Went with "legitimate threat from a deranged person", I think some even bigger psycho is fucking with him and has made legit threats against him and his horse, maybe even done psycho shit like come to his house. If KF has taught me anything, it's always bet on crazy.


----------



## Blue Miaplacidus (Jun 23, 2022)

oramge cat said:


> Went with "legitimate threat from a deranged person", I think some even bigger psycho is fucking with him and has made legit threats against him and his horse, maybe even done psycho shit like come to his house. If KF has taught me anything, it's always bet on crazy.


Doubtful, with ralph's porch camera and his desperation to spin kiwi farms as full of mentally ill pyschos. He would have posted video and screens on twitter while it was happening.


----------



## mr.moon1488 (Jun 23, 2022)

Laquisha Guntermensch said:


> Into an early grave?  Probably so.


If Jim outlasts gunty despite having super mega cancer, that's gonna be a fun day on the farms.


----------



## Retink (Jun 23, 2022)

My top theories is that he's either too broke to continue renting a full house and is going to get a studio or something, or he's being kicked out by the landlord because either the landlord is pissed or the neighbors are pissed.


----------



## Ed Special (Jun 24, 2022)

I reckon, if present, the Homo Nerds Association is tired of him acting like a fucking wigger and keep slapping him with fines


----------



## bigbombguy2222 (Jun 24, 2022)

Genuinely? Ralph probably can see the writing on the wall with the people leaving corn in his yard. There's going to come a point where he'll become the American Drachenlord and get people visiting his house to get a rise out of him, and he's _guaranteed _to give you one. Just a matter of time until people catch on and start paying the Gunt Bunker a visit. 

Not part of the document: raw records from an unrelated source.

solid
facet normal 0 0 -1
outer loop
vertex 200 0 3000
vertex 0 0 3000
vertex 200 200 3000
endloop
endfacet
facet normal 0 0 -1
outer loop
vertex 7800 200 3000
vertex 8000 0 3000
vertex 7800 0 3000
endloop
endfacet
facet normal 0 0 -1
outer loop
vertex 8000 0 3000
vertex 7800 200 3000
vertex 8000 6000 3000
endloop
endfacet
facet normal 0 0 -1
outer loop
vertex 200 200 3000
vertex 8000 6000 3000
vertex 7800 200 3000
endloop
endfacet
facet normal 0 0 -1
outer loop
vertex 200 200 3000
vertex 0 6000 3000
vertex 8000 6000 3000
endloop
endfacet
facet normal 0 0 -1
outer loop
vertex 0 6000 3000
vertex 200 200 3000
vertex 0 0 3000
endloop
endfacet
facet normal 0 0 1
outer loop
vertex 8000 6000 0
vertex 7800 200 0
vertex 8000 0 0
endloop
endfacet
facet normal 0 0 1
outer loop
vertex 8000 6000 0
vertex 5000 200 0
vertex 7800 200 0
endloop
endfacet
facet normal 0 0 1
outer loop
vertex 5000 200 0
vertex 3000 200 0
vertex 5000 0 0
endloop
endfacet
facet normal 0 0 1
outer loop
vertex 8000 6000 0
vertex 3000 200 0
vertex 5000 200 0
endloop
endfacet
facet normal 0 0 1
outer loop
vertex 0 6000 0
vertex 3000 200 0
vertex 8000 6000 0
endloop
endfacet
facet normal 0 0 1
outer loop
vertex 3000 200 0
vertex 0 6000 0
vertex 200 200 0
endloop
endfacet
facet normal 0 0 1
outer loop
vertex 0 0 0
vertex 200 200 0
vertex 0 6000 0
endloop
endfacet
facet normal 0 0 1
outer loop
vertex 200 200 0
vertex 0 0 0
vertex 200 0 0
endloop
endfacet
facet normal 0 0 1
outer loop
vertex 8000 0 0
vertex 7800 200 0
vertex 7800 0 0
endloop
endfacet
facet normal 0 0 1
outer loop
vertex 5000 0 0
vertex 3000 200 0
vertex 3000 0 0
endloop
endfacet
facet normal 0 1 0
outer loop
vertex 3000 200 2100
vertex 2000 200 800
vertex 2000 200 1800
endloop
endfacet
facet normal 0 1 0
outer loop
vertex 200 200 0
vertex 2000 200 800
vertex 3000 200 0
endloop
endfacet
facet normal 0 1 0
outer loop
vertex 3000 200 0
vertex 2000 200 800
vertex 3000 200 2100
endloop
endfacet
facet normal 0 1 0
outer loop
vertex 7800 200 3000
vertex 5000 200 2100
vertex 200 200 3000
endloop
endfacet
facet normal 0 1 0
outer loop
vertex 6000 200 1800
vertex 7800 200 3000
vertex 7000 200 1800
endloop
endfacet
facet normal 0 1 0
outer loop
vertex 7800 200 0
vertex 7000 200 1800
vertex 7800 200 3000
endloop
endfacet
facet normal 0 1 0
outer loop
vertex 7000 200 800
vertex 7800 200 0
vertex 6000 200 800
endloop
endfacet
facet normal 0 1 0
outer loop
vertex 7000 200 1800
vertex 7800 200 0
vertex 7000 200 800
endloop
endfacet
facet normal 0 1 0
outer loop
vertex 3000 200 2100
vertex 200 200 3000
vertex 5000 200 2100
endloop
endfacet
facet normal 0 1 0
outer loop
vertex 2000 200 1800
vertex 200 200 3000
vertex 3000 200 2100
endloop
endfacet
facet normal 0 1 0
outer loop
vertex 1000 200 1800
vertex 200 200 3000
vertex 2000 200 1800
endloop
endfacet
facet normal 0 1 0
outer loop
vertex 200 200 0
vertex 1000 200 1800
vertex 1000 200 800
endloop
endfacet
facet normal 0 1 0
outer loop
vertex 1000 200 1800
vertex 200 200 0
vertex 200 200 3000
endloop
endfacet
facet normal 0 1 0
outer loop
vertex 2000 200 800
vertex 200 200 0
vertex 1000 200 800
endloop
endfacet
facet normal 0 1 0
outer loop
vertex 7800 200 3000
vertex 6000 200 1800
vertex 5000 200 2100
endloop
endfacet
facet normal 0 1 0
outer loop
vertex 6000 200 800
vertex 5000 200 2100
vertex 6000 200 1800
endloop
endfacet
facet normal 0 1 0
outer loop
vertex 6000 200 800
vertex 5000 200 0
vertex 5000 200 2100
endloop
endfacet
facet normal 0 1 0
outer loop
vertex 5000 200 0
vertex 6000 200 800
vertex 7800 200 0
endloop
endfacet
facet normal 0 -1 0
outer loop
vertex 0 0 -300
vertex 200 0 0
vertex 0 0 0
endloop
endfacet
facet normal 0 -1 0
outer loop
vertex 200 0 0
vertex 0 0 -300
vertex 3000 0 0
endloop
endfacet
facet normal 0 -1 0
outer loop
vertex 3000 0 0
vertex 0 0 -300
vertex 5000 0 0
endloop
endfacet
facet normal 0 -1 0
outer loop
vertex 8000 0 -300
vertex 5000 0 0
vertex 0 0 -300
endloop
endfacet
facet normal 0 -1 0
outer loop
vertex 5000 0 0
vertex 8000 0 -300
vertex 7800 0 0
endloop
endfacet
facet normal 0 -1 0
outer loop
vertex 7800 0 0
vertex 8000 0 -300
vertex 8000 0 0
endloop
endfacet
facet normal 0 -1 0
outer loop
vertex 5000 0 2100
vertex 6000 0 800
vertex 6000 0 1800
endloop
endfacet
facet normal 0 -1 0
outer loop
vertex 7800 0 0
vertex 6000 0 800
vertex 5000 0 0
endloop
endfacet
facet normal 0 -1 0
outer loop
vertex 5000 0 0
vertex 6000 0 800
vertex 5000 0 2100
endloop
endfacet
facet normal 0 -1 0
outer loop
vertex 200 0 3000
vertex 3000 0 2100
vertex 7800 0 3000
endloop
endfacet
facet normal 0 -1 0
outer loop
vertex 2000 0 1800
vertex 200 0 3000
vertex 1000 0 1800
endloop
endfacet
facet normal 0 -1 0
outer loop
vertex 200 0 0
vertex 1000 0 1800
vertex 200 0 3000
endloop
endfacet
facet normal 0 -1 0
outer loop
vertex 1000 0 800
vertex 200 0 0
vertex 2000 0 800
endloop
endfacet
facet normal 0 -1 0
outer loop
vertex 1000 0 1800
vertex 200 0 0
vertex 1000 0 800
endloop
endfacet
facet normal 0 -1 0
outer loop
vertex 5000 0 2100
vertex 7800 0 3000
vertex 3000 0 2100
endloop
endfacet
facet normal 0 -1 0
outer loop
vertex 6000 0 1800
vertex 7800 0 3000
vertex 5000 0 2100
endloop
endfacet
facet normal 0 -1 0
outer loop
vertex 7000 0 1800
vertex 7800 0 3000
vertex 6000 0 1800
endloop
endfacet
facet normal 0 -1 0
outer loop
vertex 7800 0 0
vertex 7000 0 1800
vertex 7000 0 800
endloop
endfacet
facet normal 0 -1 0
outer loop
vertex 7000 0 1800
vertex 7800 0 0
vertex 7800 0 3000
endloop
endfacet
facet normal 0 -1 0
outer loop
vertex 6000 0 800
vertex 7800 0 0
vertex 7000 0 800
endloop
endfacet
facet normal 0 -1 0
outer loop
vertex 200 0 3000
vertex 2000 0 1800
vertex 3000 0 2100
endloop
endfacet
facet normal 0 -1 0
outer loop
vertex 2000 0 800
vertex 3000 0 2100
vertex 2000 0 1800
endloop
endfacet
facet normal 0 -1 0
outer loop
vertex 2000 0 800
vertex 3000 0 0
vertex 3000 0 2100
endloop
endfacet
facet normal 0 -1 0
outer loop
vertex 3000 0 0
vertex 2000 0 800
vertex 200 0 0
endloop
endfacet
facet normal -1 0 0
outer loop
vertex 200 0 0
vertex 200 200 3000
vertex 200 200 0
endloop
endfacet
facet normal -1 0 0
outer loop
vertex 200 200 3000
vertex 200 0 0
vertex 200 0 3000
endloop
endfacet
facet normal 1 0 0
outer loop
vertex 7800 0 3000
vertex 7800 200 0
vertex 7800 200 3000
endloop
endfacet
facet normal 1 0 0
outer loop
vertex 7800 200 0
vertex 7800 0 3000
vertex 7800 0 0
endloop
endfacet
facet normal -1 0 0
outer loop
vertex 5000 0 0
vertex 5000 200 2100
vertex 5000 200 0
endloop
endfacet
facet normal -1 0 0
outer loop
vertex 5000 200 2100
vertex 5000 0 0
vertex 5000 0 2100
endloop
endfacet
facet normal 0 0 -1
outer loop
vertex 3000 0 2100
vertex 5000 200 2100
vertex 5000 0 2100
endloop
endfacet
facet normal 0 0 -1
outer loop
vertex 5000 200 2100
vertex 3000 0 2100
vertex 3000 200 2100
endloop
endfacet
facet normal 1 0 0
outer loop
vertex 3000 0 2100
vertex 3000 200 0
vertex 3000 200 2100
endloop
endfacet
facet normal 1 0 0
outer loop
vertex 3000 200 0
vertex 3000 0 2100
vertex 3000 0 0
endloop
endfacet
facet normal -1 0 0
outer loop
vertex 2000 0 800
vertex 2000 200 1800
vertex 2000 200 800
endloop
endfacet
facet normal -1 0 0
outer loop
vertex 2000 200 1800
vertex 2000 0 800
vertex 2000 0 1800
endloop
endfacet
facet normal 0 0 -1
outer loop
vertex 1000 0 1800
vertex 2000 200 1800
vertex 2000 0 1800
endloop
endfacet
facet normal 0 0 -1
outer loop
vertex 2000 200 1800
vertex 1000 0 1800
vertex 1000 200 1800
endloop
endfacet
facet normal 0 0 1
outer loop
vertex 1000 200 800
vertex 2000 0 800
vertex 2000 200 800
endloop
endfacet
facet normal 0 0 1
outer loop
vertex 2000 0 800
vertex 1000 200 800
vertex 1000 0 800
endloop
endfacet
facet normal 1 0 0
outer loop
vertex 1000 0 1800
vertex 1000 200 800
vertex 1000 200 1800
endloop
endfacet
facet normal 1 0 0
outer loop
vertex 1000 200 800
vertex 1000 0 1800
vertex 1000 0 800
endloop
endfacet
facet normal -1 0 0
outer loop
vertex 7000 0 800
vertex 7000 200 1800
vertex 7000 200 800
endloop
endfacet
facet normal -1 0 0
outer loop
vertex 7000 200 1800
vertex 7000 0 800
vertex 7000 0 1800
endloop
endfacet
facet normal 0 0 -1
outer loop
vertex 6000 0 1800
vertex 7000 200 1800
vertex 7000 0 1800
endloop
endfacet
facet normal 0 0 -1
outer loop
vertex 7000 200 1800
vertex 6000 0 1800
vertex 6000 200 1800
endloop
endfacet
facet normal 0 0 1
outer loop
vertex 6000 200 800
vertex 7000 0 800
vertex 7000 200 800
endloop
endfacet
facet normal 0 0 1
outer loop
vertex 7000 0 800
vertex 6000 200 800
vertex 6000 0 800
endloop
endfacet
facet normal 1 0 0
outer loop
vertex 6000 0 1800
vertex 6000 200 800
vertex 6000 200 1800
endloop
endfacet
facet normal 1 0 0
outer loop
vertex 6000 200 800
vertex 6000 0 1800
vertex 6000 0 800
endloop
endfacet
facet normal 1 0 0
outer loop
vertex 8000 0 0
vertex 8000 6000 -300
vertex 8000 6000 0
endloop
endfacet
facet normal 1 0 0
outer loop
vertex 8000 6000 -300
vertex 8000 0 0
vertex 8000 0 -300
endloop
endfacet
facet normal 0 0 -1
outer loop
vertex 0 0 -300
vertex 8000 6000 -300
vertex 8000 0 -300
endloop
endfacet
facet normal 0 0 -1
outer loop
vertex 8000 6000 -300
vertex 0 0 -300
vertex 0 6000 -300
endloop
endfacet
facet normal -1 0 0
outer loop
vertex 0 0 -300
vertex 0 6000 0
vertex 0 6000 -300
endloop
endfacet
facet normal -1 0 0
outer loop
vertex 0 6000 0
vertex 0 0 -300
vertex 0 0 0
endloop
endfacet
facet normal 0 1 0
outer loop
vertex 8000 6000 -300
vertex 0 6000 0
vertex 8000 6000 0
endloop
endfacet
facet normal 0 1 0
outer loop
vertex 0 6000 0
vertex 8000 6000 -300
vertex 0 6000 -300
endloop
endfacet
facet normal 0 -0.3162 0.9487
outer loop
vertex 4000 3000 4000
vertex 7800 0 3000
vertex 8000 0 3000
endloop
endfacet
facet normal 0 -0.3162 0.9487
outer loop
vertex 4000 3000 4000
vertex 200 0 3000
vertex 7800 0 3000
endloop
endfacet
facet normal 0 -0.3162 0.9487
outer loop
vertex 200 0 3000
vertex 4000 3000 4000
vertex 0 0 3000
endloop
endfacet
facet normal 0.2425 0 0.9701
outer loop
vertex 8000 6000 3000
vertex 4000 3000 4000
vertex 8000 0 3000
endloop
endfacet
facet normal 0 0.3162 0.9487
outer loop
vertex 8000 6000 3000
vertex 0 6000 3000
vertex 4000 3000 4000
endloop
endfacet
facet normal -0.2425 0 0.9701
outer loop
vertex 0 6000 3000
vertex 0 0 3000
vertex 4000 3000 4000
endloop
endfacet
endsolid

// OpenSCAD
// Simple House SCAD Model for Benchmarking
// Basic concrete house structure

// House dimensions
wall_thickness = 200;  // 200mm thick concrete walls
wall_height = 3000;    // 3m high
wall_length = 8000;    // 8m long
wall_width = 6000;     // 6m wide

// Foundation
translate([0, 0, -300]) {
    cube([wall_length, wall_width, 300]);  // 300mm foundation
}

// Main structure
difference() {
    // Outer walls
    translate([0, 0, 0]) {
        cube([wall_length, wall_thickness, wall_height]);  // Front wall
    }
    translate([0, wall_width - wall_thickness, 0]) {
        cube([wall_length, wall_thickness, wall_height]);  // Back wall
    }
    translate([0, 0, 0]) {
        cube([wall_thickness, wall_width, wall_height]);  // Left wall
    }
    translate([wall_length - wall_thickness, 0, 0]) {
        cube([wall_thickness, wall_width, wall_height]);  // Right wall
    }

    // Door opening (front wall, center)
    translate([wall_length/2 - 1000, -1, 0]) {
        cube([2000, wall_thickness + 2, 2100]);  // 2m wide, 2.1m high door
    }

    // Window openings
    // Front wall windows
    translate([1000, -1, 800]) {
        cube([1000, wall_thickness + 2, 1000]);  // Left window
    }
    translate([wall_length - 2000, -1, 800]) {
        cube([1000, wall_thickness + 2, 1000]);  // Right window
    }

    // Back wall windows
    translate([2000, wall_width - wall_thickness - 1, 800]) {
        cube([1000, wall_thickness + 2, 1000]);  // Back left window
    }
    translate([wall_length - 3000, wall_width - wall_thickness - 1, 800]) {
        cube([1000, wall_thickness + 2, 1000]);  // Back right window
    }
}

// Roof (simple gable roof)
roof_height = 1000;
translate([0, 0, wall_height]) {
    polyhedron(
        points = [
            [0, 0, 0],                           // 0: front left bottom
            [wall_length, 0, 0],                  // 1: front right bottom
            [wall_length, wall_width, 0],         // 2: back right bottom
            [0, wall_width, 0],                   // 3: back left bottom
            [wall_length/2, wall_width/2, roof_height]  // 4: peak
        ],
        faces = [
            [0, 1, 4],  // front triangle
            [1, 2, 4],  // right triangle
            [2, 3, 4],  // back triangle
            [3, 0, 4],  // left triangle
            [0, 3, 2, 1] // bottom rectangle
        ]
    );
}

I also like to believe he cares at least a little about May and his kid and wants to protect them from that. That's pure optimism though. We all know this is an ego thing.


----------



## UCantCCPMe (Jun 24, 2022)

Maybe the majestic Ralphamale has finally decided to go forth and build his homestead on the 26 acres of rotting, stinking swampland that he inherited. It's there he will finally construct the Hall of Doom and assemble the Legion members for his ultimate plan to once and for all eliminate Metokurman.


----------



## There Is Light At The End (Jun 24, 2022)

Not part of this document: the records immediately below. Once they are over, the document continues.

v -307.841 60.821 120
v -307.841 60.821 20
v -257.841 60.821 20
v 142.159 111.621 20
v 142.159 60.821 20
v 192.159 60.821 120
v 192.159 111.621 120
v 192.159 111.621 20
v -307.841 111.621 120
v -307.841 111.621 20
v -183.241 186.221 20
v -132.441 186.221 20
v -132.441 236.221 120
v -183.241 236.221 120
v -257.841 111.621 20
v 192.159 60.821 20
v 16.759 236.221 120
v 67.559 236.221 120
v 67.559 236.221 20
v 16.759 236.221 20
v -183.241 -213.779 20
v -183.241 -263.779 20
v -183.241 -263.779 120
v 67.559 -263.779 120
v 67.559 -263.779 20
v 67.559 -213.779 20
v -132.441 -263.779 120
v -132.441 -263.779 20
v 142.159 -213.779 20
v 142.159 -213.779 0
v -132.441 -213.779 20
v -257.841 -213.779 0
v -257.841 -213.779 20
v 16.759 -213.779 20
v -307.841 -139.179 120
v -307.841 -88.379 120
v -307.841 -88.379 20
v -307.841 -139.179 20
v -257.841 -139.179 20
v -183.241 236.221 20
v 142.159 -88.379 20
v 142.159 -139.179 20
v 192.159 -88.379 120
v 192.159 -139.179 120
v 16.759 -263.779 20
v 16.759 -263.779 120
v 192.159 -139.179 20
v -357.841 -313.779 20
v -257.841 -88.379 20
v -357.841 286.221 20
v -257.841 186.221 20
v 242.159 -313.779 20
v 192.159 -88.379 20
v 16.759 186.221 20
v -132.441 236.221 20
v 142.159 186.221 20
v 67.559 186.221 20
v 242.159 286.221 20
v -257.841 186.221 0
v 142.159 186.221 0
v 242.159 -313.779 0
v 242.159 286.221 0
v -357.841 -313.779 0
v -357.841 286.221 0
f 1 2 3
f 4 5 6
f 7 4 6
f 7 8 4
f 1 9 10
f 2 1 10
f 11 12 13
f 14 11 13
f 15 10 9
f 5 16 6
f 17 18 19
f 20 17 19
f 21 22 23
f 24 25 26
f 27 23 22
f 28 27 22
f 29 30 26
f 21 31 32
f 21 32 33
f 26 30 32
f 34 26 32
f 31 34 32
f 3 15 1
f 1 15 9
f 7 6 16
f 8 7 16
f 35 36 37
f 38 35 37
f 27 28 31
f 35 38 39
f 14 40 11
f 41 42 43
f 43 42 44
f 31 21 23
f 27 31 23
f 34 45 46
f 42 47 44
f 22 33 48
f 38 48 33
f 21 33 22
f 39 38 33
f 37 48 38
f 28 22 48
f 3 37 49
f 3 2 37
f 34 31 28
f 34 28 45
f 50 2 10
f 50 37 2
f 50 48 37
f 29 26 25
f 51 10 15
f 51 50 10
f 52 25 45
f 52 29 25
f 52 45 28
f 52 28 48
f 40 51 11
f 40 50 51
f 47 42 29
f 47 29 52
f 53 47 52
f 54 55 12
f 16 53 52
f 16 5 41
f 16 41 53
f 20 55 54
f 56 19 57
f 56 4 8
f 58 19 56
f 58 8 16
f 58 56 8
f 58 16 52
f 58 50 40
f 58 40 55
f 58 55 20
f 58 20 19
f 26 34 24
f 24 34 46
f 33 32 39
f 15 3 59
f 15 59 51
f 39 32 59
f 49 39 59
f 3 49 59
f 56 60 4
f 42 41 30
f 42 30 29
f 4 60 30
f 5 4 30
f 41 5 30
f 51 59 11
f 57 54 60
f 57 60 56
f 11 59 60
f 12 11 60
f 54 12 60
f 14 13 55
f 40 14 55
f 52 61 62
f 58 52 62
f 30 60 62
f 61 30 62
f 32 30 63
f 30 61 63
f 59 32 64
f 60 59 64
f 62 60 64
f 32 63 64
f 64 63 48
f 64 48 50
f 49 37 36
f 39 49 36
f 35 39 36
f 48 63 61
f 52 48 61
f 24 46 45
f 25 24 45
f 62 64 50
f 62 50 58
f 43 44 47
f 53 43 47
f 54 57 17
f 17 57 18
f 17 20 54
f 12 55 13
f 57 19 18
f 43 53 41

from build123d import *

# Parameters (mm, degrees)
F0_W      = 600
F0_H      = 600
F1_DEPTH  = 20
F2_W      = 50
F2_H      = 20
F3_W      = 50
F3_H      = 20
F8_DEPTH  = 50.8
F4_W      = 50
F4_H      = 20
F5_W      = 50
F5_H      = 20
F11_DEPTH = 50.8
F6_W      = 50
F6_H      = 20
F7_W      = 50
F7_H      = 20
F12_DEPTH = 50.8
F9_W      = 50
F9_H      = 20
F10_W     = 50
F10_H     = 20
F13_DEPTH = 50.8


# Not quite as in the source:
# - a feature names something its author has since deleted; it is built from what else it names


with BuildPart() as f1:
    # F0 (on Top) → F1 (new body)
    with BuildSketch(Plane.XY):
        with Locations((-57.8414618969, -13.7785196304)):
            Rectangle(F0_W, F0_H)
        Polygon((-257.8414618969, 111.6214803696), (-257.8414618969, 186.2214803696), (-183.2414618969, 186.2214803696), (-183.2414618969, 236.2214803696), (-157.8414618969, 236.2214803696), (-132.4414618969, 236.2214803696), (-132.4414618969, 186.2214803696), (16.7585381031, 186.2214803696), (16.7585381031, 236.2214803696), (67.5585381031, 236.2214803696), (67.5585381031, 186.2214803696), (142.1585381031, 186.2214803696), (142.1585381031, 111.6214803696), (192.1585381031, 111.6214803696), (192.1585381031, 60.8214803696), (142.1585381031, 60.8214803696), (142.1585381031, -88.3785196304), (192.1585381031, -88.3785196304), (192.1585381031, -139.1785196304), (142.1585381031, -139.1785196304), (142.1585381031, -213.7785196304), (67.5585381031, -213.7785196304), (67.5585381031, -263.7785196304), (16.7585381031, -263.7785196304), (16.7585381031, -213.7785196304), (-132.4414618969, -213.7785196304), (-132.4414618969, -263.7785196304), (-183.2414618969, -263.7785196304), (-183.2414618969, -213.7785196304), (-257.8414618969, -213.7785196304), (-257.8414618969, -139.1785196304), (-307.8414618969, -139.1785196304), (-307.8414618969, -88.3785196304), (-257.8414618969, -88.3785196304), (-257.8414618969, -13.7785196304), (-257.8414618969, 60.8214803696), (-307.8414618969, 60.8214803696), (-307.8414618969, 111.6214803696), align=None, mode=Mode.SUBTRACT)
    extrude(amount=F1_DEPTH)

    # F2 (on face) + F3 (on face) → F8 (join)
    with BuildSketch(Plane.XZ.offset(88.3785196304)):
        Polygon((-307.8414618969, 20), (-257.8414618969, 20), (-307.8414618969, 120), align=None)
        with Locations((-282.8414618969, 10)):
            Rectangle(F2_W, F2_H)
    with BuildSketch(Plane.XZ.offset(-111.6214803696)):
        Polygon((-307.8414618969, 20), (-257.8414618969, 20), (-307.8414618969, 120), align=None)
        with Locations((-282.8414618969, 10)):
            Rectangle(F3_W, F3_H)
    extrude(amount=F8_DEPTH)

    # F4 (on face) + F5 (on face) → F11 (join)
    with BuildSketch(Plane(origin=(-132.4414618969, 0, 0), x_dir=(0, -1, 0), z_dir=(-1, 0, 0))):
        Polygon((-236.2214803696, 20), (-186.2214803696, 20), (-236.2214803696, 120), align=None)
        with Locations((-211.2214803696, 10)):
            Rectangle(F4_W, F4_H)
    with BuildSketch(Plane(origin=(67.5585381031, 0, 0), x_dir=(0, -1, 0), z_dir=(-1, 0, 0))):
        with Locations((-211.2214803696, 10)):
            Rectangle(F5_W, F5_H)
        Polygon((-236.2214803696, 20), (-186.2214803696, 20), (-236.2214803696, 120), align=None)
    extrude(amount=F11_DEPTH)

    # F6 (on face) + F7 (on face) → F12 (join)
    with BuildSketch(Plane(origin=(0, 60.8214803696, 0), x_dir=(-1, 0, 0), z_dir=(0, 1, 0))):
        with Locations((-167.1585381031, 10)):
            Rectangle(F6_W, F6_H)
        Polygon((-192.1585381031, 20), (-142.1585381031, 20), (-192.1585381031, 120), align=None)
    with BuildSketch(Plane(origin=(0, -139.1785196304, 0), x_dir=(-1, 0, 0), z_dir=(0, 1, 0))):
        with Locations((-167.1585381031, 10)):
            Rectangle(F7_W, F7_H)
        Polygon((-192.1585381031, 20), (-142.1585381031, 20), (-192.1585381031, 120), align=None)
    extrude(amount=F12_DEPTH)

    # F9 (on face) + F10 (on face) → F13 (join)
    with BuildSketch(Plane.YZ.offset(16.7585381031)):
        with Locations((-238.7785196304, 10)):
            Rectangle(F9_W, F9_H)
        Polygon((-263.7785196304, 20), (-213.7785196304, 20), (-263.7785196304, 120), align=None)
    with BuildSketch(Plane.YZ.offset(-183.2414618969)):
        with Locations((-238.7785196304, 10)):
            Rectangle(F10_W, F10_H)
        Polygon((-263.7785196304, 20), (-213.7785196304, 20), (-263.7785196304, 120), align=None)
    extrude(amount=F13_DEPTH)


solid = f1.part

A Rastafarian Skeleton said:


> Or a junkyard.


Isn't he called a junkyard dog or something?


----------



## A Rastafarian Skeleton (Jun 24, 2022)

There's light at the end said:


> Isn't he called a junkyard dog or something?


Nick Fuentes said Ralph is "a trailer park junkyard" lol


----------



## AltisticRight (Jun 24, 2022)

Bryan Dunn said:


> Hes still bragging about his new place while staring at his phone driving on a highway. This fattie is gonna mow down some people. He has to read kiwifarms regardless of if hes driving lol.
> 
> View attachment 3418504
> View attachment 3418505




He has no neck.
250lbs, lol.


----------



## SupremeGuntleman (Jun 24, 2022)

Lorne Armstrong said:


> Because Ronnie’s crack shack is in West Memphis.  The town Gunt went to school in, and got bullied so hard that Mama had to pull him out of school and send him to private school.  There is no Catholic high school in West Memphis though, so he had to go back into public school for High School and he got bullied so hard in High School that he dropped out in order to escape.
> 
> I’d guess that most of the people he went to school with still live in West Memphis.  The Ralphamale act doesn’t work on folks who remember making Ethan lick dog shit back in High School.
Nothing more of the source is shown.